Ha pasado mucho tiempo. Mucho tiempo desde que mi mente me pedía exhaustivamente que bailara con mis dedos sobre el escenario de plástico negro que asoma sobre mi mesa. Mucho tiempo desde que necesitaba escribir y leer lo que siento. Mucho tiempo desde que un nudo en mi pecho me forzaba a expresar sobre el papel.

Era una cálida mañana de verano, y de nuevo seguía con mi rutinario trabajo, como cada día. No podía quejarme de nada de mi presente vida.
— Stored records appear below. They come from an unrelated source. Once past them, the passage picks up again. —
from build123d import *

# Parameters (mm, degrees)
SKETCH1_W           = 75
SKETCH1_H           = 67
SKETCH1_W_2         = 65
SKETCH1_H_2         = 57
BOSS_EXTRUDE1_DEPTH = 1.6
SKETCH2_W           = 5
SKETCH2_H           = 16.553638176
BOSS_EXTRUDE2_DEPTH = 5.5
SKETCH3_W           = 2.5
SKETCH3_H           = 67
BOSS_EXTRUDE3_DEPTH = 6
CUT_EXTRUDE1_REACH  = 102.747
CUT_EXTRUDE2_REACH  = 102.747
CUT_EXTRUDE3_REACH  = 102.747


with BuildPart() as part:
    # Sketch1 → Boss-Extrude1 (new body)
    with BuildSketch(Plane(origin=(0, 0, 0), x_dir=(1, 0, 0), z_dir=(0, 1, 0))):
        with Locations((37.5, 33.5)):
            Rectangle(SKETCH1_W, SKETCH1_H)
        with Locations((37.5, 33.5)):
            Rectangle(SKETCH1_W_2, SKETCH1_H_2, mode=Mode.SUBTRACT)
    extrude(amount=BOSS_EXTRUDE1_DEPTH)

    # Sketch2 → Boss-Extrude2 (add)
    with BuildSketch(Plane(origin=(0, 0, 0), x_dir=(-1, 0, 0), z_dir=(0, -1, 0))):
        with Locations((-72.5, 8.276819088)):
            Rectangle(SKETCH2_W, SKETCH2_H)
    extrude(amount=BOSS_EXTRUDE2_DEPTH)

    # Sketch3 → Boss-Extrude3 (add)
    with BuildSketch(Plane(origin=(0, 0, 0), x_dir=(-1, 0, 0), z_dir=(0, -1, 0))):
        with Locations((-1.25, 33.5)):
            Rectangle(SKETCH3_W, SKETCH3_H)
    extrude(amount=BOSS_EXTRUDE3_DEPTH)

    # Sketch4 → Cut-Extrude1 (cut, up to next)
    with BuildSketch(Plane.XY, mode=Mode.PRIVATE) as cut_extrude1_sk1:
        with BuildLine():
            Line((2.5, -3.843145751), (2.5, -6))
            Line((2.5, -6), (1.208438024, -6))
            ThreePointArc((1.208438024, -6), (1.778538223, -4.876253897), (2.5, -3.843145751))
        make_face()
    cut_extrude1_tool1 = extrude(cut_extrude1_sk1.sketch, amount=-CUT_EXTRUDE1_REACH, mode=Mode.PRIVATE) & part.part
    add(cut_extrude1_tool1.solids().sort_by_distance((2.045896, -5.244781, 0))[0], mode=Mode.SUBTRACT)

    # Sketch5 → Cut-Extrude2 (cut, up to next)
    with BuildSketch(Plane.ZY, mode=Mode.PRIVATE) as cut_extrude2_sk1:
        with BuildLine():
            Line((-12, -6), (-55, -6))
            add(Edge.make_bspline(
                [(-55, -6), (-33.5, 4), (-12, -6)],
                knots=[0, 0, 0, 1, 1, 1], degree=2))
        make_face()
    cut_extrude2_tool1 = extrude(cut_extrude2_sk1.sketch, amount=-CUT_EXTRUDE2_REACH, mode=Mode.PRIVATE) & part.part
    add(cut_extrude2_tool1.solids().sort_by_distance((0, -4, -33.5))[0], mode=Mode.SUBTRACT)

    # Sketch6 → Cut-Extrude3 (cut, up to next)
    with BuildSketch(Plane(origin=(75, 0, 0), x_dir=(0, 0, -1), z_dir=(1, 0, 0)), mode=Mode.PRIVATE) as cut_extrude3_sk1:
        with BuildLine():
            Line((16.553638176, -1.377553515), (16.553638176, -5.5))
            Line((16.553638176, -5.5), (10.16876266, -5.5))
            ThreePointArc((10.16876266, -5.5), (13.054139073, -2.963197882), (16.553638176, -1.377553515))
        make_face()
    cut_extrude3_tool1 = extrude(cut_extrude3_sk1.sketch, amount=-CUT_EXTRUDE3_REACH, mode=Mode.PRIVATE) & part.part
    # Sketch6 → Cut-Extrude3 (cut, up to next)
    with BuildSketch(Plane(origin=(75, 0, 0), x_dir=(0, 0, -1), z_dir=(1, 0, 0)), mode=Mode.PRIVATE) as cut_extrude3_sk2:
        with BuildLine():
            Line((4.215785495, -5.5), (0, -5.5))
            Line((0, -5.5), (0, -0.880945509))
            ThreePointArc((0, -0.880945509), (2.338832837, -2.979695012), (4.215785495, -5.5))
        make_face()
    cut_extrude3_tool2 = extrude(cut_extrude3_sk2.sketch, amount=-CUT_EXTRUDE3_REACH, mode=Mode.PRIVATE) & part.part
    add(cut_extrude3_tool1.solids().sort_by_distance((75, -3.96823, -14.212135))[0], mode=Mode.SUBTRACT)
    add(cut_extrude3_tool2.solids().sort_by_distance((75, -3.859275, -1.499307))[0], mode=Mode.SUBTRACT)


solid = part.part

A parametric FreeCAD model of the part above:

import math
import FreeCAD as App
import Part
import Sketcher

V = App.Vector
Q = App.Units.Quantity

doc = App.newDocument("Part")
body = doc.addObject("PartDesign::Body", "Body")

# Sketch on XZ plane
sketch1 = body.newObject("Sketcher::SketchObject", "Sketch")
sketch1.AttachmentSupport = (doc.getObject("XZ_Plane"), [""])
sketch1.MapMode = "FlatFace"
sketch1.addGeometry(Part.LineSegment(V(0, -67, 0), V(0, 0, 0)), False)
sketch1.addGeometry(Part.LineSegment(V(0, 0, 0), V(75, 0, 0)), False)
sketch1.addGeometry(Part.LineSegment(V(75, 0, 0), V(75, -67, 0)), False)
sketch1.addGeometry(Part.LineSegment(V(75, -67, 0), V(0, -67, 0)), False)
sketch1.addGeometry(Part.LineSegment(V(70, -5, 0), V(5, -5, 0)), False)
sketch1.addGeometry(Part.LineSegment(V(5, -5, 0), V(5, -62, 0)), False)
sketch1.addGeometry(Part.LineSegment(V(5, -62, 0), V(70, -62, 0)), False)
sketch1.addGeometry(Part.LineSegment(V(70, -62, 0), V(70, -5, 0)), False)
sketch1.addConstraint(Sketcher.Constraint("Coincident", 0, 2, 1, 1))
sketch1.addConstraint(Sketcher.Constraint("Coincident", 1, 2, 2, 1))
sketch1.addConstraint(Sketcher.Constraint("Coincident", 2, 2, 3, 1))
sketch1.addConstraint(Sketcher.Constraint("Coincident", 3, 2, 0, 1))
sketch1.addConstraint(Sketcher.Constraint("Coincident", 4, 2, 5, 1))
sketch1.addConstraint(Sketcher.Constraint("Coincident", 5, 2, 6, 1))
sketch1.addConstraint(Sketcher.Constraint("Coincident", 6, 2, 7, 1))
sketch1.addConstraint(Sketcher.Constraint("Coincident", 7, 2, 4, 1))
sketch1.addConstraint(Sketcher.Constraint("Vertical", 0))
sketch1.addConstraint(Sketcher.Constraint("Horizontal", 1))
sketch1.addConstraint(Sketcher.Constraint("Vertical", 2))
sketch1.addConstraint(Sketcher.Constraint("Horizontal", 3))
sketch1.addConstraint(Sketcher.Constraint("Horizontal", 4))
sketch1.addConstraint(Sketcher.Constraint("Vertical", 5))
sketch1.addConstraint(Sketcher.Constraint("Horizontal", 6))
sketch1.addConstraint(Sketcher.Constraint("Vertical", 7))
sketch1.addConstraint(Sketcher.Constraint("Coincident", 0, 2, -1, 1))
sketch1.addConstraint(Sketcher.Constraint("DistanceX", 1, 1, 1, 2, Q("75 mm")))
sketch1.addConstraint(Sketcher.Constraint("DistanceX", 4, 2, 4, 1, Q("65 mm")))
sketch1.addConstraint(Sketcher.Constraint("DistanceY", 0, 1, 0, 2, Q("67 mm")))
sketch1.addConstraint(Sketcher.Constraint("DistanceY", 5, 2, 5, 1, Q("57 mm")))
sketch1.addConstraint(Sketcher.Constraint("DistanceX", -1, 1, 4, 2, Q("5 mm")))
sketch1.addConstraint(Sketcher.Constraint("DistanceY", 4, 2, -1, 1, Q("5 mm")))
pad1 = body.newObject("PartDesign::Pad", "Pad")
pad1.Profile = sketch1
pad1.Length = 1.6
pad1.Reversed = True

# Sketch on XZ plane
sketch2 = body.newObject("Sketcher::SketchObject", "Sketch001")
sketch2.AttachmentSupport = (doc.getObject("XZ_Plane"), [""])
sketch2.MapMode = "FlatFace"
sketch2.addGeometry(Part.LineSegment(V(75, -16.553638, 0), V(75, 0, 0)), False)
sketch2.addGeometry(Part.LineSegment(V(75, 0, 0), V(70, 0, 0)), False)
sketch2.addGeometry(Part.LineSegment(V(70, 0, 0), V(70, -16.553638, 0)), False)
sketch2.addGeometry(Part.LineSegment(V(70, -16.553638, 0), V(75, -16.553638, 0)), False)
sketch2.addConstraint(Sketcher.Constraint("Coincident", 0, 2, 1, 1))
sketch2.addConstraint(Sketcher.Constraint("Coincident", 1, 2, 2, 1))
sketch2.addConstraint(Sketcher.Constraint("Coincident", 2, 2, 3, 1))
sketch2.addConstraint(Sketcher.Constraint("Coincident", 3, 2, 0, 1))
sketch2.addConstraint(Sketcher.Constraint("Vertical", 0))
sketch2.addConstraint(Sketcher.Constraint("Horizontal", 1))
sketch2.addConstraint(Sketcher.Constraint("Vertical", 2))
sketch2.addConstraint(Sketcher.Constraint("Horizontal", 3))
sketch2.addConstraint(Sketcher.Constraint("PointOnObject", 0, 2, -1))
sketch2.addConstraint(Sketcher.Constraint("DistanceX", 1, 2, 1, 1, Q("5 mm")))
sketch2.addConstraint(Sketcher.Constraint("DistanceX", -1, 1, 0, 2, Q("75 mm")))
sketch2.addConstraint(Sketcher.Constraint("DistanceY", 0, 1, 0, 2, Q("16.553638 mm")))
pad2 = body.newObject("PartDesign::Pad", "Pad001")
pad2.Profile = sketch2
pad2.Length = 5.5

# Sketch on XZ plane
sketch3 = body.newObject("Sketcher::SketchObject", "Sketch002")
sketch3.AttachmentSupport = (doc.getObject("XZ_Plane"), [""])
sketch3.MapMode = "FlatFace"
sketch3.addGeometry(Part.LineSegment(V(2.5, -67, 0), V(2.5, 0, 0)), False)
sketch3.addGeometry(Part.LineSegment(V(2.5, 0, 0), V(0, 0, 0)), False)
sketch3.addGeometry(Part.LineSegment(V(0, 0, 0), V(0, -67, 0)), False)
sketch3.addGeometry(Part.LineSegment(V(0, -67, 0), V(2.5, -67, 0)), False)
sketch3.addConstraint(Sketcher.Constraint("Coincident", 0, 2, 1, 1))
sketch3.addConstraint(Sketcher.Constraint("Coincident", 1, 2, 2, 1))
sketch3.addConstraint(Sketcher.Constraint("Coincident", 2, 2, 3, 1))
sketch3.addConstraint(Sketcher.Constraint("Coincident", 3, 2, 0, 1))
sketch3.addConstraint(Sketcher.Constraint("Vertical", 0))
sketch3.addConstraint(Sketcher.Constraint("Horizontal", 1))
sketch3.addConstraint(Sketcher.Constraint("Vertical", 2))
sketch3.addConstraint(Sketcher.Constraint("Horizontal", 3))
sketch3.addConstraint(Sketcher.Constraint("Coincident", 1, 2, -1, 1))
sketch3.addConstraint(Sketcher.Constraint("DistanceY", 0, 1, 0, 2, Q("67 mm")))
sketch3.addConstraint(Sketcher.Constraint("DistanceX", 1, 2, 1, 1, Q("2.5 mm")))
pad3 = body.newObject("PartDesign::Pad", "Pad002")
pad3.Profile = sketch3
pad3.Length = 6

# Sketch on XY plane
sketch4 = body.newObject("Sketcher::SketchObject", "Sketch003")
sketch4.AttachmentSupport = (doc.getObject("XY_Plane"), [""])
sketch4.MapMode = "FlatFace"
sketch4.addGeometry(Part.LineSegment(V(2.5, -6, 0), V(2.5, -3.843146, 0)), False)
sketch4.addGeometry(Part.ArcOfCircle(Part.Circle(V(9.5, -9.5, 0), V(0, 0, 1), 9), math.radians(141.057559), math.radians(157.11462)), False)
sketch4.addGeometry(Part.LineSegment(V(1.208438, -6, 0), V(2.5, -6, 0)), False)
sketch4.addConstraint(Sketcher.Constraint("Coincident", 0, 2, 1, 1))
sketch4.addConstraint(Sketcher.Constraint("Coincident", 1, 2, 2, 1))
sketch4.addConstraint(Sketcher.Constraint("Coincident", 2, 2, 0, 1))
sketch4.addConstraint(Sketcher.Constraint("Vertical", 0))
sketch4.addConstraint(Sketcher.Constraint("Horizontal", 2))
sketch4.addConstraint(Sketcher.Constraint("Radius", 1, Q("9 mm")))
sketch4.addConstraint(Sketcher.Constraint("DistanceY", 1, 2, -1, 1, Q("6 mm")))
sketch4.addConstraint(Sketcher.Constraint("DistanceX", 0, 2, 1, 3, Q("7 mm")))
sketch4.addConstraint(Sketcher.Constraint("DistanceX", -1, 1, 1, 3, Q("9.5 mm")))
sketch4.addConstraint(Sketcher.Constraint("DistanceY", 1, 3, -1, 1, Q("9.5 mm")))
pocket1 = body.newObject("PartDesign::Pocket", "Pocket")
pocket1.Profile = sketch4
pocket1.Type = "UpToFirst"

# Sketch on YZ plane
sketch5 = body.newObject("Sketcher::SketchObject", "Sketch004")
sketch5.AttachmentSupport = (doc.getObject("YZ_Plane"), [""])
sketch5.MapMode = "FlatFace"
sketch5.addGeometry(Part.LineSegment(V(-6, -55, 0), V(-6, -12, 0)), False)
sketch5.addGeometry(Part.BSplineCurve([V(-6, -55, 0), V(4, -33.5, 0), V(-6, -12, 0)], [3, 3], [0, 1], False, 2, [1, 1, 1], False), False)
sketch5.addConstraint(Sketcher.Constraint("Block", 1))
sketch5.addConstraint(Sketcher.Constraint("Coincident", 0, 1, 1, 1))
sketch5.addConstraint(Sketcher.Constraint("Coincident", 1, 2, 0, 2))
pocket2 = body.newObject("PartDesign::Pocket", "Pocket001")
pocket2.Profile = sketch5
pocket2.Length = 2.5
pocket2.Reversed = True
Una esposa comprensiva, una familia que me quería, una buena casa,… ¿Quizás me pudiera quejar de la pasada? Fantasmas del pasado siempre aparecen frente a tus ojos cuanto menos te lo esperas y es probable que uno con silueta femenina se hubiera cruzado anoche en mi camino.

La noche pasada, tras terminar el trabajo de cada día, como cada día recojo mis cosas y me dirijo al vagón del metro que me lleva a mi casa, como cada día. Me cruzo con cientos de personas de la aturrullada ciudad, con prisa por llegar a casa para no hacer nada, infelices por no saber cómo alcanzar la felicidad, como marionetas que se mueven con los hilos del estrés. Yo soy parte de ellos, me muevo como ellos, miro al suelo como ellos sólo por no ver mi tristeza reflejada en los vacíos ojos de un desconocido. De repente tropiezo y me siento avergonzado y enojado por haber roto la monótona armonía de almas en pena. De mi boca salen instantáneamente dos palabras, “lo siento”. Palabras que resonaron en mi cabeza mientras levantaba la vista del pavimento de celosía para terminar encontrándome con una larga melena negra como el azabache que giró rápidamente dando paso a un rostro rosado decorado con una sonrisa de luz tenue. Mi alma cayó en la profundidad de sus ojos y cuando estaba ya en el quinto infierno de Dante pude recuperar el aliento. Quien un día fue mi ángel era ahora mi verdugo. Ya había olvidado su cuerpo, ya había olvidado su roce y su aroma. ¿Por qué nuestros destinos habían vuelto a cruzarse? ¿Por qué me dolía el pecho? Su sonrisa se truncó, y mis disculpas se perdieron en el aire.